A: If $n\equiv 0\pmod 3$ Ok. If $n\equiv 1\pmod 3$, we have
\begin{equation}
n^{2} + 8 \equiv 1^{2} + 2\equiv 0\pmod 3.
\end{equation}
If $n \equiv 2\pmod 3$ we have
\begin{equation}
n^{2} + 8 \equiv 2^{2} + 2\equiv 6 \equiv 0\pmod 3.
\end{equation}
A: You start by supposing that $n(n^2+8)$ is a multiple of 3, and you need to show that $(n+1)((n+1)^2 + 8)$ is also a multiple of 3. I would start by simplifying the latter expression.  
Then manipulate the expression until it is a sum of things that are multiples of 3. This includes expressions like $3a$, which is always a multiple of 3 for any $a$, and  $n(n^2+8)$, by the induction hypothesis.
A: Using induction it is obvious that the statement is true for $n=1$. 
Now suppose that it is true for $n=k$,
then we have $k(k^2+8)=3m$, where m is an integer.
Considering the case where $n=k+1$, we have;
$$(k+1)[(k+1)^2+8]=k(k^2+2k+9)+k^2+2k+9$$
$$=k(k^2+8+2k+1)+k^2+2k+9=k(k^2+8)+k(2k+1)+k^2+2k+9$$
$$=k(k^2+8)+3k^2+3k+9=3m+3k^2+3k+9=3(m+k^2+k+3)$$
A: If $(n+1)((n+1)^2+8)=(n+1)(n^2+2n+9)$ then if $(n+1)= 0\  mod\ 3$, we're done. If not, than $(n+1)=1\mod 3$ or $(n+1)= 2\mod 3$. So if $n+1=1\mod 3 $ then $n=0\mod 3$ so $3|(n^2+2n+9)$, and if $n+1=2\mod 3$ then $n^2=n=1\mod 3$ now let $n^2=3k+1$ and $n=3l+1$ so we have $(n^2+2n+9)=(3k+1+6l+2+9)=3(k+2l+1+3)$. 

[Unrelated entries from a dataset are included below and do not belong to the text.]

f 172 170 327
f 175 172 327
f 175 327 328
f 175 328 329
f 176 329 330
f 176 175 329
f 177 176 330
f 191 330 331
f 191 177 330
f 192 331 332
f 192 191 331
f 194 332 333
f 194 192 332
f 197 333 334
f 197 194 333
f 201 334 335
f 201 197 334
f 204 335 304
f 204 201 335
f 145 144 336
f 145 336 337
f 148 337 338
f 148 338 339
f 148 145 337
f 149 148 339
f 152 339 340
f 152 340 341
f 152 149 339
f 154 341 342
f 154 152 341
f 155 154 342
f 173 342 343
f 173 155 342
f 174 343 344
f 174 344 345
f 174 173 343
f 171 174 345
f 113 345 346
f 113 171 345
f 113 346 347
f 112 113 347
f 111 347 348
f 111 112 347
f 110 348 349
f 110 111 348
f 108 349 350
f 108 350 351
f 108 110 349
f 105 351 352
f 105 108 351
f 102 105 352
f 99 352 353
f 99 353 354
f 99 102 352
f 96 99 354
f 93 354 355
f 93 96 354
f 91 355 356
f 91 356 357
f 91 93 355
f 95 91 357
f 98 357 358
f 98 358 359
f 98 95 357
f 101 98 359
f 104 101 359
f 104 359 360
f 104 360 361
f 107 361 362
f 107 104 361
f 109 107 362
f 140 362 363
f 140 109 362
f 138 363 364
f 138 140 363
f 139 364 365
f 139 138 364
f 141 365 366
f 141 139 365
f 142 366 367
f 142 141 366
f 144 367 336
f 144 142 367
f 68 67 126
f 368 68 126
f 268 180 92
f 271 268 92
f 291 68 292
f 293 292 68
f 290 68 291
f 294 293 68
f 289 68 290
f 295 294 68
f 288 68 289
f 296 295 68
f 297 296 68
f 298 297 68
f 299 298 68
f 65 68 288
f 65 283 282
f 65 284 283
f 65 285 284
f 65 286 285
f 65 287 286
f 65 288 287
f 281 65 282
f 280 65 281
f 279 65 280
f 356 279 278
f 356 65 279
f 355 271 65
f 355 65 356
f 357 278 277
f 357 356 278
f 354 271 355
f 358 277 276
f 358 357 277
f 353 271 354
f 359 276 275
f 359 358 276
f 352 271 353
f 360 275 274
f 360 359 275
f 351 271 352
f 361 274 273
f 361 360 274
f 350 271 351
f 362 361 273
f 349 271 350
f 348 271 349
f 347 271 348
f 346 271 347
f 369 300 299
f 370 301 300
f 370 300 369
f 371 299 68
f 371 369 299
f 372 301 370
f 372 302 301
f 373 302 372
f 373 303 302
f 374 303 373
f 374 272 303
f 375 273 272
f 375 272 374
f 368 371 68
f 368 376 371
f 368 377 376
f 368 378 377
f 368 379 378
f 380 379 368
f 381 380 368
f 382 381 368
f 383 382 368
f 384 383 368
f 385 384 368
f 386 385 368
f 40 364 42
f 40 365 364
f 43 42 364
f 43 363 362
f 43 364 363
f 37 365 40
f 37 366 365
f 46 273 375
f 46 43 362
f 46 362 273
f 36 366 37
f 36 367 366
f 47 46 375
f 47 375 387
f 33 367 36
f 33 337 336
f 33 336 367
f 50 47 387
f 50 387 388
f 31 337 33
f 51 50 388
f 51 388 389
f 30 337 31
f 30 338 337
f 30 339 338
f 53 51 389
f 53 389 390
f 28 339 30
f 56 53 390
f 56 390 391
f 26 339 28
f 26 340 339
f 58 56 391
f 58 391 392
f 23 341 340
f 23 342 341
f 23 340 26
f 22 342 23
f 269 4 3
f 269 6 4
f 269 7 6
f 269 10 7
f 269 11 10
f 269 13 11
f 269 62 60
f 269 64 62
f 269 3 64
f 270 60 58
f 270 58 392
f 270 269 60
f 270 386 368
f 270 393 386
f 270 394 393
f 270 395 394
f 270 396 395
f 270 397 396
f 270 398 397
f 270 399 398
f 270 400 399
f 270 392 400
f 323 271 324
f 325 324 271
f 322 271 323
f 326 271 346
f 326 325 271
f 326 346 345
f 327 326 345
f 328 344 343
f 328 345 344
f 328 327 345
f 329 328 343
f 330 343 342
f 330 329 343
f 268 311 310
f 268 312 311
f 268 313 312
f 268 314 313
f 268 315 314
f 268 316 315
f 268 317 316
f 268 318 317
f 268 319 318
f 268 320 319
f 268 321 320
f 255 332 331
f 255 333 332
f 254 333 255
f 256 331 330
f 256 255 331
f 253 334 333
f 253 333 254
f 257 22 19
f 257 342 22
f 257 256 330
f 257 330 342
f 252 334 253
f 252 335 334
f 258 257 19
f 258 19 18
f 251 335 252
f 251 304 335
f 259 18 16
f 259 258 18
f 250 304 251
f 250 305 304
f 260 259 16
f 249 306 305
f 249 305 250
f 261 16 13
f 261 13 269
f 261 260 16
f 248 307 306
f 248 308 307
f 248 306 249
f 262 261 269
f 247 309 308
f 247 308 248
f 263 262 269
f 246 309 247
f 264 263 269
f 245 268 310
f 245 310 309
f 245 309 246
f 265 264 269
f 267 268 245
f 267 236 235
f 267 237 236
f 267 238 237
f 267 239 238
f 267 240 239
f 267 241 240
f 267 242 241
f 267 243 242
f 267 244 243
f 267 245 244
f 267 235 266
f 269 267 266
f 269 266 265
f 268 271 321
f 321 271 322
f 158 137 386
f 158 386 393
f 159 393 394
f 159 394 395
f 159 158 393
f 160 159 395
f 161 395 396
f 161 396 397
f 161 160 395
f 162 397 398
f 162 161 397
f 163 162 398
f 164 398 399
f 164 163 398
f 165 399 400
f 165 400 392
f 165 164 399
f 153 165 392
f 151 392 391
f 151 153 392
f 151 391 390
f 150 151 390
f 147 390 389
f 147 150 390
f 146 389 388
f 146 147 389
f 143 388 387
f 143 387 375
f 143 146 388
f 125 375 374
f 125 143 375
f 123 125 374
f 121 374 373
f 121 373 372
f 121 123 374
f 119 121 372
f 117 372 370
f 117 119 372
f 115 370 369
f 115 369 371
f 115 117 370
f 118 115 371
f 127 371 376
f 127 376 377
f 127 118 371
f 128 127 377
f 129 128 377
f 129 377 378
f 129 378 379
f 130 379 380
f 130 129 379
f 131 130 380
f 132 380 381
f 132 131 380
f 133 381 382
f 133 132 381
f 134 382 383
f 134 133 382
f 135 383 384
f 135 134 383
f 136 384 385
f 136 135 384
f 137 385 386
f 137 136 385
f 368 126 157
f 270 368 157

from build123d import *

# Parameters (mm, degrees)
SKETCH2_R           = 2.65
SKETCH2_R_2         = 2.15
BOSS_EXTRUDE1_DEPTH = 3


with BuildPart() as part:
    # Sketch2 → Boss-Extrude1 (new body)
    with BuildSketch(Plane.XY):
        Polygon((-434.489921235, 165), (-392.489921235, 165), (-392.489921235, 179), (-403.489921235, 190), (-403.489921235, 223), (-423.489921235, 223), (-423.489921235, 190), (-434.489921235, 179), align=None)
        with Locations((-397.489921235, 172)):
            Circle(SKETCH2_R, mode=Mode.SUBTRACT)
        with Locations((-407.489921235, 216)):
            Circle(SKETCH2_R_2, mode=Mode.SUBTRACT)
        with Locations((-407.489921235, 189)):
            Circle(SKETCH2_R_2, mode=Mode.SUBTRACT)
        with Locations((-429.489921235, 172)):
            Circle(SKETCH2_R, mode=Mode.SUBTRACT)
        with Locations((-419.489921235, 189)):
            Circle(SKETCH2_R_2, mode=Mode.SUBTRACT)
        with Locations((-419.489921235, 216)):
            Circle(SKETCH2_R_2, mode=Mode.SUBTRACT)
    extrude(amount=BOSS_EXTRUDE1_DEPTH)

A: Since you have proven that this formula is available for $n=1$ we suppose that formula is available for all natural numbers n=k
$$k(k^2+8)$$ then according to axiomme of mathematical induction we need to prove that formula is valid for $n=k+1$ or 
$$(k +1)((k+1)^2+8)$$ is multiple of 3
now we have 
$$(k+1)((k+1)^2+8)=(k+1)(k^2+2k+1+8)=k^3+3k^2+11k+9=(k^3+8k)+(3k^2+3k+9)=k(k^2+8)+3(k^2+k+3)$$
first part of expression is factor of 3 by assumption an second part evidently is factor of 3
A: Quote: How can I show that $3n^2 + 3n + 9$ is a multiple of $3$? End of quote
I'm surprised at the complexity of some of the answers.
$$
3n^2 + 3n + 9 = 3(n^2 + n + 3) = (3\cdot\text{something}).
$$
A "multiple of $3$" is anything that is $3$ times something (where "something" means of course an integer).